In a Multi-Layer Perceptron we adjust the weights as we go to tune it. To do this efficiently we need to calculate the partial derivatives of the Error with respect to the weight.

Here's how.

# Backpropagation Algorithm

The backpropagation algorithm learns the weights for a multilayer network, given a network with a fixed set of units and interconnections. It employs gradient descent to attempt to minimize the squared error between the network output values and the target values for these outputs.

It's called backpropagation because we're going backwards from the output to the hidden nodes, efficiently calculating (and then reusing) partial derivatives to adjust the weights.

It's not local, so probably can't actually happen in the brain.

## Partial Derivatives (Usefulness of Backpropagation)

Partial derivatives measure the sensitivity of weights to output.
They can tell you which node could make the most difference to the output (i.e. which bit is making it screw up) - tells you which weights to change around so that things are having different effects.
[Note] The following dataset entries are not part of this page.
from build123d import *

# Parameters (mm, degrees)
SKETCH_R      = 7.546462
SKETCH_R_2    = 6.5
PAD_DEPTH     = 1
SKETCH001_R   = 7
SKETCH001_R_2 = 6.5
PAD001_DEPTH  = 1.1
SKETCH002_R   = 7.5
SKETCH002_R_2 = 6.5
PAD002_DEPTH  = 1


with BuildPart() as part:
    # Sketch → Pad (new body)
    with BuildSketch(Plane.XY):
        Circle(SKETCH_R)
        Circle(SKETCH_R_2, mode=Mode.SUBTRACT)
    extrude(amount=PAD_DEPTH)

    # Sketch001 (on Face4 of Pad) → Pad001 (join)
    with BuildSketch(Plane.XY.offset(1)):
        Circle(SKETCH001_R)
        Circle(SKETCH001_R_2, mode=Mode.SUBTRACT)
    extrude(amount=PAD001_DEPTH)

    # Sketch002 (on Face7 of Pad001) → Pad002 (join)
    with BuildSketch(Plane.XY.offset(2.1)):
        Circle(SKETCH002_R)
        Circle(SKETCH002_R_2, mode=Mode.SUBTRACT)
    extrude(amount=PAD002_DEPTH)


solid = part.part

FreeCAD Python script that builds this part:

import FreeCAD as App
import Part
import Sketcher

V = App.Vector
Q = App.Units.Quantity

doc = App.newDocument("Part")
body = doc.addObject("PartDesign::Body", "Body")

# Sketch on XY plane
sketch1 = body.newObject("Sketcher::SketchObject", "Sketch")
sketch1.AttachmentSupport = (doc.getObject("XY_Plane"), [""])
sketch1.MapMode = "FlatFace"
sketch1.addGeometry([
    Part.Circle(V(0, 0, 0), V(0, 0, 1), 7.546462),
    Part.Circle(V(0, 0, 0), V(0, 0, 1), 6.5),
], False)
sketch1.addConstraint([
    Sketcher.Constraint("Coincident", 0, 3, -1, 1),
    Sketcher.Constraint("Coincident", 1, 3, -1, 1),
    Sketcher.Constraint("Diameter", 1, Q("13 mm")),
    Sketcher.Constraint("Diameter", 0, Q("15.092924 mm")),
])
pad1 = body.newObject("PartDesign::Pad", "Pad")
pad1.Profile = sketch1
pad1.Length = 1

# Sketch on XY plane
sketch2 = body.newObject("Sketcher::SketchObject", "Sketch001")
sketch2.AttachmentSupport = (doc.getObject("XY_Plane"), [""])
sketch2.MapMode = "FlatFace"
sketch2.AttachmentOffset = App.Placement(V(0, 0, 1), App.Rotation())
sketch2.addGeometry([
    Part.Circle(V(0, 0, 0), V(0, 0, 1), 7),
    Part.Circle(V(0, 0, 0), V(0, 0, 1), 6.5),
], False)
sketch2.addConstraint([
    Sketcher.Constraint("Coincident", 0, 3, -1, 1),
    Sketcher.Constraint("Coincident", 1, 3, -1, 1),
    Sketcher.Constraint("Diameter", 0, Q("14 mm")),
    Sketcher.Constraint("Diameter", 1, Q("13 mm")),
])
pad2 = body.newObject("PartDesign::Pad", "Pad001")
pad2.Profile = sketch2
pad2.Length = 1.1

# Sketch on XY plane
sketch3 = body.newObject("Sketcher::SketchObject", "Sketch002")
sketch3.AttachmentSupport = (doc.getObject("XY_Plane"), [""])
sketch3.MapMode = "FlatFace"
sketch3.AttachmentOffset = App.Placement(V(0, 0, 2.1), App.Rotation())
sketch3.addGeometry([
    Part.Circle(V(0, 0, 0), V(0, 0, 1), 7.5),
    Part.Circle(V(0, 0, 0), V(0, 0, 1), 6.5),
], False)
sketch3.addConstraint([
    Sketcher.Constraint("Coincident", 0, 3, -1, 1),
    Sketcher.Constraint("Coincident", 1, 3, -1, 1),
    Sketcher.Constraint("Diameter", 0, Q("15 mm")),
    Sketcher.Constraint("Diameter", 1, Q("13 mm")),
])
pad3 = body.newObject("PartDesign::Pad", "Pad002")
pad3.Profile = sketch3
pad3.Length = 1

doc.recompute()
We change the ones with a higher partial derivative.

Partial derivatives can be calculated efﬁciently by packpropagating deltas
through the network.

## Code

The input from unit i into unit j is denoted x[j,i], and the weight from unit i to unit j is denoted w[j,i].

for each i, w[i] = small random number;

while (!satisfied) {
for each training example:
input it to the network and compute the outputs
for each output k we calculate the error term:
δ[k] = o[k](1 − o[k])(t[k] − o[k]);
for each hidden unit h we calculate the error term:
δ[h] = o[h](1 − o[h]) Sum of k∈outputs w[h,k]δ[k]
for each network weight w[i,j]:
∆w[i,j] = ηδ[i]x[i,j]; // slides said error[j], but textbook disagrees.
w[i,j] = w[i,h]  + ∆w[i,j];

}


## Speed

Training can take thousands of iterations; is very slow.
Using the network after training is very fast.

# Cross Entropy

The least squares error function doesn't work for classifying instances where target = 0 or 1. We can instead use the cross entropy error function. The mathematical theory behind this is maximum likelihood.
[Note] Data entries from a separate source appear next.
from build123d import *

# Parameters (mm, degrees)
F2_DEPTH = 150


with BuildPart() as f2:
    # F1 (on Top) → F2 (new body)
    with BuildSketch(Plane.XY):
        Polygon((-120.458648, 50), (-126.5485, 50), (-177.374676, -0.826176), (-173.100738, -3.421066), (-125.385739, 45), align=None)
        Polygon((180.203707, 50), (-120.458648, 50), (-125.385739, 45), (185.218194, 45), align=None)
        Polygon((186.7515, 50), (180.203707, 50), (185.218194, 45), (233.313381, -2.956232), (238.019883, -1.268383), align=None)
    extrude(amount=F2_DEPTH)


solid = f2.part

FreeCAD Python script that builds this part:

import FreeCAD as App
import Part
import Sketcher

V = App.Vector
Q = App.Units.Quantity


def add_polygon(sketch, points):
    """Adds a closed chain of lines whose ends are joined by coincident constraints."""
    first, n = sketch.GeometryCount, len(points)
    for a, b in zip(points, points[1:] + points[:1]):
        sketch.addGeometry(Part.LineSegment(App.Vector(*a, 0), App.Vector(*b, 0)), False)
    for i in range(n):
        sketch.addConstraint(Sketcher.Constraint("Coincident", first + i, 2, first + (i + 1) % n, 1))

doc = App.newDocument("Part")
body = doc.addObject("PartDesign::Body", "Body")

sketch1 = body.newObject("Sketcher::SketchObject", "Sketch")
sketch1.AttachmentSupport = (doc.getObject("XY_Plane"), [""])
sketch1.MapMode = "FlatFace"
add_polygon(sketch1, [(-126.5, 50), (-177.4, -0.8), (-173.1, -3.4), (-125.4, 45), (185.2, 45), (233.3, -3), (238, -1.3), (186.8, 50)])
sketch1.addConstraint(Sketcher.Constraint("Horizontal", 3))
sketch1.addConstraint(Sketcher.Constraint("Horizontal", 7))
sketch1.addConstraint(Sketcher.Constraint("Perpendicular", 0, 6))
sketch1.addConstraint(Sketcher.Constraint("Equal", 1, 5))
sketch1.addConstraint(Sketcher.Constraint("Angle", 0, Q("-135 deg")))
sketch1.addConstraint(Sketcher.Constraint("Distance", 1, 5.0))
sketch1.addConstraint(Sketcher.Constraint("DistanceX", 7, 2, 7, 1, 313.3))
sketch1.addConstraint(Sketcher.Constraint("DistanceY", -1, 1, 2, 2, 45.0))
sketch1.addConstraint(Sketcher.Constraint("DistanceY", -1, 1, 6, 2, 50.0))
sketch1.addConstraint(Sketcher.Constraint("DistanceX", 1, 2, 2, 2, 47.714999))
sketch1.addConstraint(Sketcher.Constraint("DistanceX", -1, 1, 6, 2, 186.7515))
sketch1.addConstraint(Sketcher.Constraint("Distance", 4, 67.918681))
sketch1.addConstraint(Sketcher.Constraint("DistanceX", 3, 1, 3, 2, 310.603933))
sketch1.addConstraint(Sketcher.Constraint("DistanceX", 1, 2, -1, 1, 173.100738))
sketch1.addConstraint(Sketcher.Constraint("DistanceX", -1, 1, 4, 2, 233.313381))
sketch1.addConstraint(Sketcher.Constraint("DistanceY", 1, 2, 0, 2, 2.59489))
pad1 = body.newObject("PartDesign::Pad", "Pad")
pad1.Profile = sketch1
pad1.Length = 150

doc.recompute()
Using the following Error formula (rather than a sum)

(1)
\begin{equation} E = -t log(z) - (1 - t)log(1-z) \end{equation}

## Maximum Likelihood

H is a class of hypotheses, and h any hypothesis within it
$P(D|h)$ = probability of the dataset D being generated under hypothesis h ∈ H.
$logP(D|h)$ is called the likelihood.

The Maximum Likelihood Principle is just choosing the h which maximises the likelihood. (I.e. has a higher log and hence a higher probability of generating the data).

## Example - Cross Entropy with Least Squares Line Fitting # Weight Decay

Weights tend towards getting larger and larger and becoming saturated with very high values. Weight decay normalises the weights and keeps them smaller.

This is based on our assumption that small weights are more likely to occur (correctly) than large weights (i.e. probability is higher):

(2)
\begin{align} P(w) = \frac{1}{Z}e^{\frac{\lambda}{2}\sum_jw_j^2} \end{align}

Z = a normalising constant, and λ is something we need to figure out (either empirically or from experience).

Error then becomes:

(3)
\begin{align} E = \frac{1}{2}\sum_i (z_i - t_i)^2 + {\lambda}{2} \sum_j w_j^2 \end{align}

The mathematical theory behind this is Bayes' Theorem.

## Bayes Rule

If H is a class of hypotheses
$P(D|h)$ = probability of data D being generated under hypothesis hH.
$P(h|D)$ = probability that h is correct, given that data D were observed.

Bayes Theorem:

(4)
\begin{align} P(h|D) = \frac{P(D|h)P(h)}{P(D)} \end{align}

P(h) is called the prior.

# Weight Momentum

Including the weight momentum α (alpha), can help to minimise error over training examples.

(5)
\begin{align} \Delta w_{i,j}(n) = \eta\delta jx_{i,j} + \alpha\Delta w_{i,j}(n − 1) \end{align}

Or globally:

(6)
\begin{align} \delta w \leftarrow \alpha \delta w + (1 - \alpha) \frac{\delta E}{\delta w} \end{align}
(7)
\begin{align} w \leftarrow w - \eta \delta w \end{align}

tl;dr helps dampen sideways oscillations (not useful) but amplifies downhill motion (by $\frac{1}{1-\alpha}$.

## Convergence

The effect of α is to add momentum that tends to keep the ball rolling in the same direction from one iteration to the next. This can sometimes have the effect of keeping the ball rolling through small local minima in the error surface, or along flat regions in the surface where the ball would stop if there were no momentum. It also has the effect of gradually increasing the step size of the search in regions where the gradient is unchanging, thereby speeding convergence.

# Conjugate or Natural Gradients (vs Linear Descent)

We can change the function that we try to minimise. Instead of looking for the steepest gradient, we could compute a matrix of second derivatives (the Hessian) and then look for the minimum of a quadratic function used to approximate the landscape.

(8)
\begin{align} \frac{\delta ^2 E}{\delta w_i \delta w_j} \end{align}

We could also use methods from information geometry to find a 'natural' re-scaling of the partial derivatives.

# General Training Tips

• Rescale inputs and outputs to be from 0 to 1 or -1 to 1 (sigma function)
• Initialise weights to be v. small random values
• Use batch learning (mentioned up in perceptrons)
• Prevent overfitting